Miserlou57 wrote: ↑Mon Feb 03, 2020 10:20 pm
I don't think this is the correct takeaway. It seems you are mixing up clearance with tolerance. They are not the same. I'm surprised others have not chimed in here, as this has been covered here on Chaski before.
OK, I'm not sure what you think I don't understand here. Tolerance in my shop is the +/- .005 or whatever on the callout.
Mr. Precision made the bushings with perzactly not enough looseness in the fit. It ran fine till it left the nice level track in the shop, encountered the crappy track in the yard, suspsension flexed, bush locked up on the pin, rod bent.
Now the old 0-4-0 in the shop with the really loose brasses never had an issue.

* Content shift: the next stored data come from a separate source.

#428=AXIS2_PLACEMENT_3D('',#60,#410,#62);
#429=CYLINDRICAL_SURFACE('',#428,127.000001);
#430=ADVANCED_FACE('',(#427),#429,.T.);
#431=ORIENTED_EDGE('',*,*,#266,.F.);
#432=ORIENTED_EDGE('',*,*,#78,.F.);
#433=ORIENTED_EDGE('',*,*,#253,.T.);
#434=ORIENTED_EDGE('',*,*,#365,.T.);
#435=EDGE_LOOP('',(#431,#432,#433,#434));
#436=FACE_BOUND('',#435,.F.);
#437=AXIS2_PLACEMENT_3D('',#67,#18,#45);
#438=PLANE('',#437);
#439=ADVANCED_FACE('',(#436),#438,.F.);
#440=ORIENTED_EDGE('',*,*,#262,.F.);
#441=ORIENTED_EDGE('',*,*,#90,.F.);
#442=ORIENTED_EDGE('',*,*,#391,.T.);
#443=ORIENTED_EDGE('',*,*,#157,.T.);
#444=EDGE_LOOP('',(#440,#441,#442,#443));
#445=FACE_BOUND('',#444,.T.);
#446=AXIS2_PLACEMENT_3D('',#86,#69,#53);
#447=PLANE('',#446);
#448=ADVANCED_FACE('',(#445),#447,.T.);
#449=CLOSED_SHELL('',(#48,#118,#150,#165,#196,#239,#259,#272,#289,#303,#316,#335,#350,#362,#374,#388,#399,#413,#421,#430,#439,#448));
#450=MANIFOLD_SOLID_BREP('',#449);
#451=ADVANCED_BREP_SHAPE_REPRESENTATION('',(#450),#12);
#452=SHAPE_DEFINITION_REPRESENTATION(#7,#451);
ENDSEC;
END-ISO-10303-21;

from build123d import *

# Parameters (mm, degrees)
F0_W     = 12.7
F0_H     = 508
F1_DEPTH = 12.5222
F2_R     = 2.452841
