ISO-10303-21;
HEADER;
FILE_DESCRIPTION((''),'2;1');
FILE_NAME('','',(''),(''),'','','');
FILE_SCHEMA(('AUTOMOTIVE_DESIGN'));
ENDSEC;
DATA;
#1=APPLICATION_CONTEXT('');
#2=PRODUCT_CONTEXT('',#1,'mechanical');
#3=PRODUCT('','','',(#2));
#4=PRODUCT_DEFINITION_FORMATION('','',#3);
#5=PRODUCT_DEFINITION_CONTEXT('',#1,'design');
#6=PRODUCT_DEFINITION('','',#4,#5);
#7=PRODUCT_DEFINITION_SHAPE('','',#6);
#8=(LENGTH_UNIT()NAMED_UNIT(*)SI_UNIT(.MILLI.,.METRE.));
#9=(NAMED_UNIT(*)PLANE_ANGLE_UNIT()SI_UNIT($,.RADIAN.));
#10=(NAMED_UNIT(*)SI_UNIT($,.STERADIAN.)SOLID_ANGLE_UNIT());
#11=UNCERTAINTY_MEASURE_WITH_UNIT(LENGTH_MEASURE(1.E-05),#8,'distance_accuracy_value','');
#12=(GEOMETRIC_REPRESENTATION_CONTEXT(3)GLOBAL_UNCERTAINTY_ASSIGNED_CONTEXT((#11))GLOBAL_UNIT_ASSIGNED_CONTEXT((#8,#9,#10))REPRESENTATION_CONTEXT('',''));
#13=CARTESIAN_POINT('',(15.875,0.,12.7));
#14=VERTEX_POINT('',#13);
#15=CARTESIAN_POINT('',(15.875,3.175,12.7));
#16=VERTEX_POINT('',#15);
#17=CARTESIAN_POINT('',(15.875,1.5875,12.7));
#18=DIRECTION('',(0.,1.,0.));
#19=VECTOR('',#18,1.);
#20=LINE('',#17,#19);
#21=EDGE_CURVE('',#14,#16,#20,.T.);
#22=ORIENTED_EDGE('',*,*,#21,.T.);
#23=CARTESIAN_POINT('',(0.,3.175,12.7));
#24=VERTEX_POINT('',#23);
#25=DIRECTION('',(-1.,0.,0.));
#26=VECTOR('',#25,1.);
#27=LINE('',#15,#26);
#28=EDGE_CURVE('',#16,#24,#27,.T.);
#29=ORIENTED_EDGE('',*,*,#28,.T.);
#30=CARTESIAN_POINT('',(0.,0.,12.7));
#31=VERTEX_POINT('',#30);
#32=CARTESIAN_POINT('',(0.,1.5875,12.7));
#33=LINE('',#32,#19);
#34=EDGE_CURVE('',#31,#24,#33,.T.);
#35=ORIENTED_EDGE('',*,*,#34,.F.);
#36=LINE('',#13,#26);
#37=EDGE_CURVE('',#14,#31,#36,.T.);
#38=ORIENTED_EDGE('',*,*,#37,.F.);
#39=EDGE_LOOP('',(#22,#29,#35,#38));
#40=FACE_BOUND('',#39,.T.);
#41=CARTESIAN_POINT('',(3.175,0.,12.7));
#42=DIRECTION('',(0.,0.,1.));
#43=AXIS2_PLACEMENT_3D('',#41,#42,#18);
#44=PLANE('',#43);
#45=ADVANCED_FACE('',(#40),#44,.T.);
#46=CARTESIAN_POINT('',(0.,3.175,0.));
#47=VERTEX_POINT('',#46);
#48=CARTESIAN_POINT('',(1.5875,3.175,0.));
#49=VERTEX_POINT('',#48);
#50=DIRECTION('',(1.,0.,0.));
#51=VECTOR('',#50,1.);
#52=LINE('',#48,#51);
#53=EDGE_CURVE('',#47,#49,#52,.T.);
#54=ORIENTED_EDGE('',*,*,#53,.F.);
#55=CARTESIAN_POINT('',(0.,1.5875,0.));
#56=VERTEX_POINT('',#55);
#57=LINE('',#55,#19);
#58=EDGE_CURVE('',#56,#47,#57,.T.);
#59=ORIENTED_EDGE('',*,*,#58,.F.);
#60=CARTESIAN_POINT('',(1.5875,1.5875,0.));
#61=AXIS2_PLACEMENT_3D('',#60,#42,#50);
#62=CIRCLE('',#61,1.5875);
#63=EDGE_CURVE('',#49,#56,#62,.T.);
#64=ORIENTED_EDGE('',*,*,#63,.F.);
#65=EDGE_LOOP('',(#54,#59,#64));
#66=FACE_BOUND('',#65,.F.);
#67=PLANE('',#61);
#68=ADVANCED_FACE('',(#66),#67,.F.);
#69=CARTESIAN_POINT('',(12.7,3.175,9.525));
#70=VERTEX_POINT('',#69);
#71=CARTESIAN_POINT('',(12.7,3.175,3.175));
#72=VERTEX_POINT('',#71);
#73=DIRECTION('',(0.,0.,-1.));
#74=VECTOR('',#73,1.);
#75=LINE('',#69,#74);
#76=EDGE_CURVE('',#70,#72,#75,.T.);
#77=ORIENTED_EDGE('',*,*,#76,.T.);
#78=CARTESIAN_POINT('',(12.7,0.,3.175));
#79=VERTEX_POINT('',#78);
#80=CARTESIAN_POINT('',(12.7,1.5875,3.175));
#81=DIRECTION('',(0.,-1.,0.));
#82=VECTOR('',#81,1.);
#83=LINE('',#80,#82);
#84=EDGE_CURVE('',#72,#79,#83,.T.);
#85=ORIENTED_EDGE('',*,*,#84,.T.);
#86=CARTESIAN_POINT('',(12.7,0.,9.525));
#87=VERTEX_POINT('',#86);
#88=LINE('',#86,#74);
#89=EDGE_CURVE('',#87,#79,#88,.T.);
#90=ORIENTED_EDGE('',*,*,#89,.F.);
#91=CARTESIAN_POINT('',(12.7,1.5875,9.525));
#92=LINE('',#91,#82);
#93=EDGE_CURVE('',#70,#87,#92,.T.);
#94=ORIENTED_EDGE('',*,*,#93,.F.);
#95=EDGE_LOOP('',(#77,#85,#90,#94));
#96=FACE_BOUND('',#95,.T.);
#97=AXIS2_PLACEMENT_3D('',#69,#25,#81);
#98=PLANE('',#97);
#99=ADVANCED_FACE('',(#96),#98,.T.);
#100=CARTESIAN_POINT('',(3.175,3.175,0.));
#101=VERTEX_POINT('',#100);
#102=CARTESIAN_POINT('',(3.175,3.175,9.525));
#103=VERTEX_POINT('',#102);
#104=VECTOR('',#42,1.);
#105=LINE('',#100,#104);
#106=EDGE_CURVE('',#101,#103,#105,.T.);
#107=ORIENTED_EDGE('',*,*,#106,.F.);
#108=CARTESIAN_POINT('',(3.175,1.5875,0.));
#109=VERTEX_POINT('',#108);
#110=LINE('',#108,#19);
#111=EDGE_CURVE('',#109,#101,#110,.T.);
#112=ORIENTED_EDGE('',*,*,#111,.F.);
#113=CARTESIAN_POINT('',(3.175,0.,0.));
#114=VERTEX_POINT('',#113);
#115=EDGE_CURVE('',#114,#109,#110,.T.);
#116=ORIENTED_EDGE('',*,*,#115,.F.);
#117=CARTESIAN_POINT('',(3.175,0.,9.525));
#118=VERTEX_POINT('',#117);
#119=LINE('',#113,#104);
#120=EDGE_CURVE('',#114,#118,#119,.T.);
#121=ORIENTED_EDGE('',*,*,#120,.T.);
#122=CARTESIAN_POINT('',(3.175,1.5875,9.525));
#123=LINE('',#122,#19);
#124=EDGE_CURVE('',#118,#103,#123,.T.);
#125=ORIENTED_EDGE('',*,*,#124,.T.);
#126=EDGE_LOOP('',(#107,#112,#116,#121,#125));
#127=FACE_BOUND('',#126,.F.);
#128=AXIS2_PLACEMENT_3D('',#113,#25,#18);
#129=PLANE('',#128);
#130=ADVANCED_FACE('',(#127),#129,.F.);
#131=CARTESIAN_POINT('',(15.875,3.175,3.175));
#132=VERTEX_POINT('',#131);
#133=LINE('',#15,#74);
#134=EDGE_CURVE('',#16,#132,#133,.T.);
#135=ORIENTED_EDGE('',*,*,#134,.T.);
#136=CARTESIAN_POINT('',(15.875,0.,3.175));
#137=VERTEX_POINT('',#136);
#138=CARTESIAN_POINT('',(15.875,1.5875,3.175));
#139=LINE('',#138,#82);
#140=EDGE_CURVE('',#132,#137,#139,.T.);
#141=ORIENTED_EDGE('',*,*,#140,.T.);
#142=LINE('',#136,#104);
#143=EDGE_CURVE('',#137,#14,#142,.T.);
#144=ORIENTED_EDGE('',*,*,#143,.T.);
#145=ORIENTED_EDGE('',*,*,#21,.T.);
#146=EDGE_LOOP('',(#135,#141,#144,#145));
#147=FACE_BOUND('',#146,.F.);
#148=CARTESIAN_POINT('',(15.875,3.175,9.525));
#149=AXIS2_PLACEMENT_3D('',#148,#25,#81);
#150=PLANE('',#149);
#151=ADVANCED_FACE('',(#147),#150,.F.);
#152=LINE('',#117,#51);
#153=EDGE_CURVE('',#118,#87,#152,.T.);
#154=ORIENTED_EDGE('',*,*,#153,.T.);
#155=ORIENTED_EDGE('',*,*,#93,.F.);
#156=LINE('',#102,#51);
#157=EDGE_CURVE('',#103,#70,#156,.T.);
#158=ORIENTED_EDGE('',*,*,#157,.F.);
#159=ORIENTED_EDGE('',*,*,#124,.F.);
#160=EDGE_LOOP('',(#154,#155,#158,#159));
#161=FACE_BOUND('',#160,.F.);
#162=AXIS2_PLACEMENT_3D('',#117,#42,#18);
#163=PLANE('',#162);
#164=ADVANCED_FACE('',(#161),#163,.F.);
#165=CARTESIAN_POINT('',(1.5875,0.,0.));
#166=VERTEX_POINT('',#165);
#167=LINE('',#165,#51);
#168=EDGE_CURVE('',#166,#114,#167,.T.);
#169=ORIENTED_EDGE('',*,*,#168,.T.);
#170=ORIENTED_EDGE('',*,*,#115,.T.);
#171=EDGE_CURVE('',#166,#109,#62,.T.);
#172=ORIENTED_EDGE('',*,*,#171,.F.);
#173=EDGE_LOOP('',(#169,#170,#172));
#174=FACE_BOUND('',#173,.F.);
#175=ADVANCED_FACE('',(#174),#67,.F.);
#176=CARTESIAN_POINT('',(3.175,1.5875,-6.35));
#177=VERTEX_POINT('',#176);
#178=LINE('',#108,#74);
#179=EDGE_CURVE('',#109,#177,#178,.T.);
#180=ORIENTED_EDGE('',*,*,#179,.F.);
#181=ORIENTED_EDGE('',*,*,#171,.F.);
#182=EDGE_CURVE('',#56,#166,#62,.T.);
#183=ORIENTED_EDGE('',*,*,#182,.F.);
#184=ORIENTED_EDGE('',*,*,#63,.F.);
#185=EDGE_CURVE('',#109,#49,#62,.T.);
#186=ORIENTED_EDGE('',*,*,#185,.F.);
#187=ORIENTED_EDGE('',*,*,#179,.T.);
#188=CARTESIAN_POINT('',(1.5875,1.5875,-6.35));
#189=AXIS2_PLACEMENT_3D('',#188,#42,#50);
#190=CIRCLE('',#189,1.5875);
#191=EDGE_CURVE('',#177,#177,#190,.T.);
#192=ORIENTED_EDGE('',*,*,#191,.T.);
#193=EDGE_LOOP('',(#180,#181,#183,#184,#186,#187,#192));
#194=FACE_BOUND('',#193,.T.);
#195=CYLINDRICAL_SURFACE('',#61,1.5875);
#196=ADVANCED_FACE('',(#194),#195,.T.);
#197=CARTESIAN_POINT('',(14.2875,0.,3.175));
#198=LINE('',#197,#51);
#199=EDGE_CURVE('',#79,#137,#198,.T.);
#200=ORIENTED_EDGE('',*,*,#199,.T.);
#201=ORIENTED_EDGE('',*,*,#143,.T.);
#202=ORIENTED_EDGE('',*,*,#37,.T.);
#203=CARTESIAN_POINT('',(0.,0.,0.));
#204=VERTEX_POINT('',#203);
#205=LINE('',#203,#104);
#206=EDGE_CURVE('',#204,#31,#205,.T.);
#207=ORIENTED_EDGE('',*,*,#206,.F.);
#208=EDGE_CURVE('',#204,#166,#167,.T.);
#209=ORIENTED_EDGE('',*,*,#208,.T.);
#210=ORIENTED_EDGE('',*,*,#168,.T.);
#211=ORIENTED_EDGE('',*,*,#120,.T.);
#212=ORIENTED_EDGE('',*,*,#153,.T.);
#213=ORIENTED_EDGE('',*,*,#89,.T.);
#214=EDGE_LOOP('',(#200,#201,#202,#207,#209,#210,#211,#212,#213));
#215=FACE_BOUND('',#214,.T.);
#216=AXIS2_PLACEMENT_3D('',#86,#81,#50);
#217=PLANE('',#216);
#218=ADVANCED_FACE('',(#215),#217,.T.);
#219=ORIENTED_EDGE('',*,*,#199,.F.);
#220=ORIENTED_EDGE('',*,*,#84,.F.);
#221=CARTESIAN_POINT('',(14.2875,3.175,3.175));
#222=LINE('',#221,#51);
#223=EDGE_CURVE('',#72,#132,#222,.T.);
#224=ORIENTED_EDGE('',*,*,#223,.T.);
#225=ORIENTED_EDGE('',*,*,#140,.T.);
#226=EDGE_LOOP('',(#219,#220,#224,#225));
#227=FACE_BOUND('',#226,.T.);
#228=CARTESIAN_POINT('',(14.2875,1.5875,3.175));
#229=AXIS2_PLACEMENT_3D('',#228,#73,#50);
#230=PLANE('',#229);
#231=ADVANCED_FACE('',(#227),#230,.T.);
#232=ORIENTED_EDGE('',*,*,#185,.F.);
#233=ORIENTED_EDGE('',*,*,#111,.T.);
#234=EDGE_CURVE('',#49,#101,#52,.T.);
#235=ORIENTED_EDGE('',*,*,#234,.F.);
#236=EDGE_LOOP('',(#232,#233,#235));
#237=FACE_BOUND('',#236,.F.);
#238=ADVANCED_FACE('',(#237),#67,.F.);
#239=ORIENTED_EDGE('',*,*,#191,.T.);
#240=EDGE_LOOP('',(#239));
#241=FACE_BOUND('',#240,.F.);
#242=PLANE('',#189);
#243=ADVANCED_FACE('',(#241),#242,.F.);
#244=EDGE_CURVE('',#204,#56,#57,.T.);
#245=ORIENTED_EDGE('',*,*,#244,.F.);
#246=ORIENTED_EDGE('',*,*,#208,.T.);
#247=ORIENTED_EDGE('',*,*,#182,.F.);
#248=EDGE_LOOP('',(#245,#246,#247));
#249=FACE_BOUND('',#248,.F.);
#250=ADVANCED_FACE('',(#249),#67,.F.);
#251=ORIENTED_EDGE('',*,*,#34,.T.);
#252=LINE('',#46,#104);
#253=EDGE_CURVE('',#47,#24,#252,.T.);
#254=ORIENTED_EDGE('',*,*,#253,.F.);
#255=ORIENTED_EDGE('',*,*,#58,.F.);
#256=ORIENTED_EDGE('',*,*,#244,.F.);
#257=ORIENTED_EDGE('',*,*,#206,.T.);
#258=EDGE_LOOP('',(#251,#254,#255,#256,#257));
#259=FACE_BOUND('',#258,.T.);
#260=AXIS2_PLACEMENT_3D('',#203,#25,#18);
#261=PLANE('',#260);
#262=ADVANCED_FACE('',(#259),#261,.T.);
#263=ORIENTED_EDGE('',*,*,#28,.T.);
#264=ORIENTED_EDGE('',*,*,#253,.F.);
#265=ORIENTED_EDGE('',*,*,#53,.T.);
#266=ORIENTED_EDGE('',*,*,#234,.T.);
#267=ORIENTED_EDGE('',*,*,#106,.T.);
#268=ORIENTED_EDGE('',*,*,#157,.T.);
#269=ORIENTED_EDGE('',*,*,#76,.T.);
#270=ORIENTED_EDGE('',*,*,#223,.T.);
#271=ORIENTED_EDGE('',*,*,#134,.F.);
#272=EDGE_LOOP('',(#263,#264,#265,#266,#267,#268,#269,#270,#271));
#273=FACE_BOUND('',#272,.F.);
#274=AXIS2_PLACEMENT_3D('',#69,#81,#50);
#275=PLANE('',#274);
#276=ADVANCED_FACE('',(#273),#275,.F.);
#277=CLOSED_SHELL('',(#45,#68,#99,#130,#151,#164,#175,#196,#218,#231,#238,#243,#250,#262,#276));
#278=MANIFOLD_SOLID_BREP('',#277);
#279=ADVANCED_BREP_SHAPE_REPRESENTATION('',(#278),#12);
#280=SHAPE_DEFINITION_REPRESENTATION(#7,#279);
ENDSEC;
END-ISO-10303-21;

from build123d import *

# Parameters (mm, degrees)
F0_W     = 3.175
F0_H     = 3.175
F1_DEPTH = 12.7
F2_W     = 3.175
F2_H     = 3.175
F3_DEPTH = 12.7
F4_W     = 3.175
F4_H     = 3.175
F5_DEPTH = 6.35
F6_R     = 1.5875
F7_DEPTH = 6.35


with BuildPart() as f1:
    # F0 (on Top) → F1 (new body)
    with BuildSketch(Plane.XY):
        with Locations((1.5875, 1.5875)):
            Rectangle(F0_W, F0_H)
    extrude(amount=F1_DEPTH)

    # F2 (on face) → F3 (join)
    with BuildSketch(Plane.YZ.offset(3.175)):
        with Locations((1.5875, 11.1125)):
            Rectangle(F2_W, F2_H)
    extrude(amount=F3_DEPTH)

    # F4 (on face) → F5 (join)
    with BuildSketch(Plane(origin=(0, 0, 9.525), x_dir=(1, 0, 0), z_dir=(0, 0, -1))):
        with Locations((14.2875, -1.5875)):
            Rectangle(F4_W, F4_H)
    extrude(amount=F5_DEPTH)

    # F6 (on Top) → F7 (join)
    with BuildSketch(Plane.XY):
        with Locations((1.5875, 1.5875)):
            Circle(F6_R)
    extrude(amount=-F7_DEPTH)


solid = f1.part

The point that was made is that the ± .005" tolerance isn't the problem. The dimension chosen is. If the fit doesn't function, opening the tolerance most likely isn't a cure, as that means the fit can be all the tighter, or, assuming it went the other direction, too loose
What needs to happen in this instance is the bushings (or the pins) need to undergo a change of size. That would create the required clearance, and the TIGHTENING (not loosening) of the tolerance would ensure that so long as you held the tolerance, the parts would function as required. The tolerance you referenced should NOT be considered the tolerance for running fits, as it is already too loose to be functional. In this case, the clearance desired between the pin and bushing should be determined, then a TIGHTER tolerance applied, so the dimension desired is held. That would assure assembly and function of the parts.
Fits.
One can NOT have a ± .005" tolerance unless it applies to one of the features, then the mating piece is fit accordingly. The ± .005" can not apply to both pieces, as when they are made to extremes, they will either fall together, or they can't be assembled at all (one can not put a .755" pin in a .745" bushing, and that's what the tolerance allows). So then, the fit must have a tight tolerance, not a loose one. For a small diameter (like 3/4"), .0005" spells the difference between a slip and a press fit.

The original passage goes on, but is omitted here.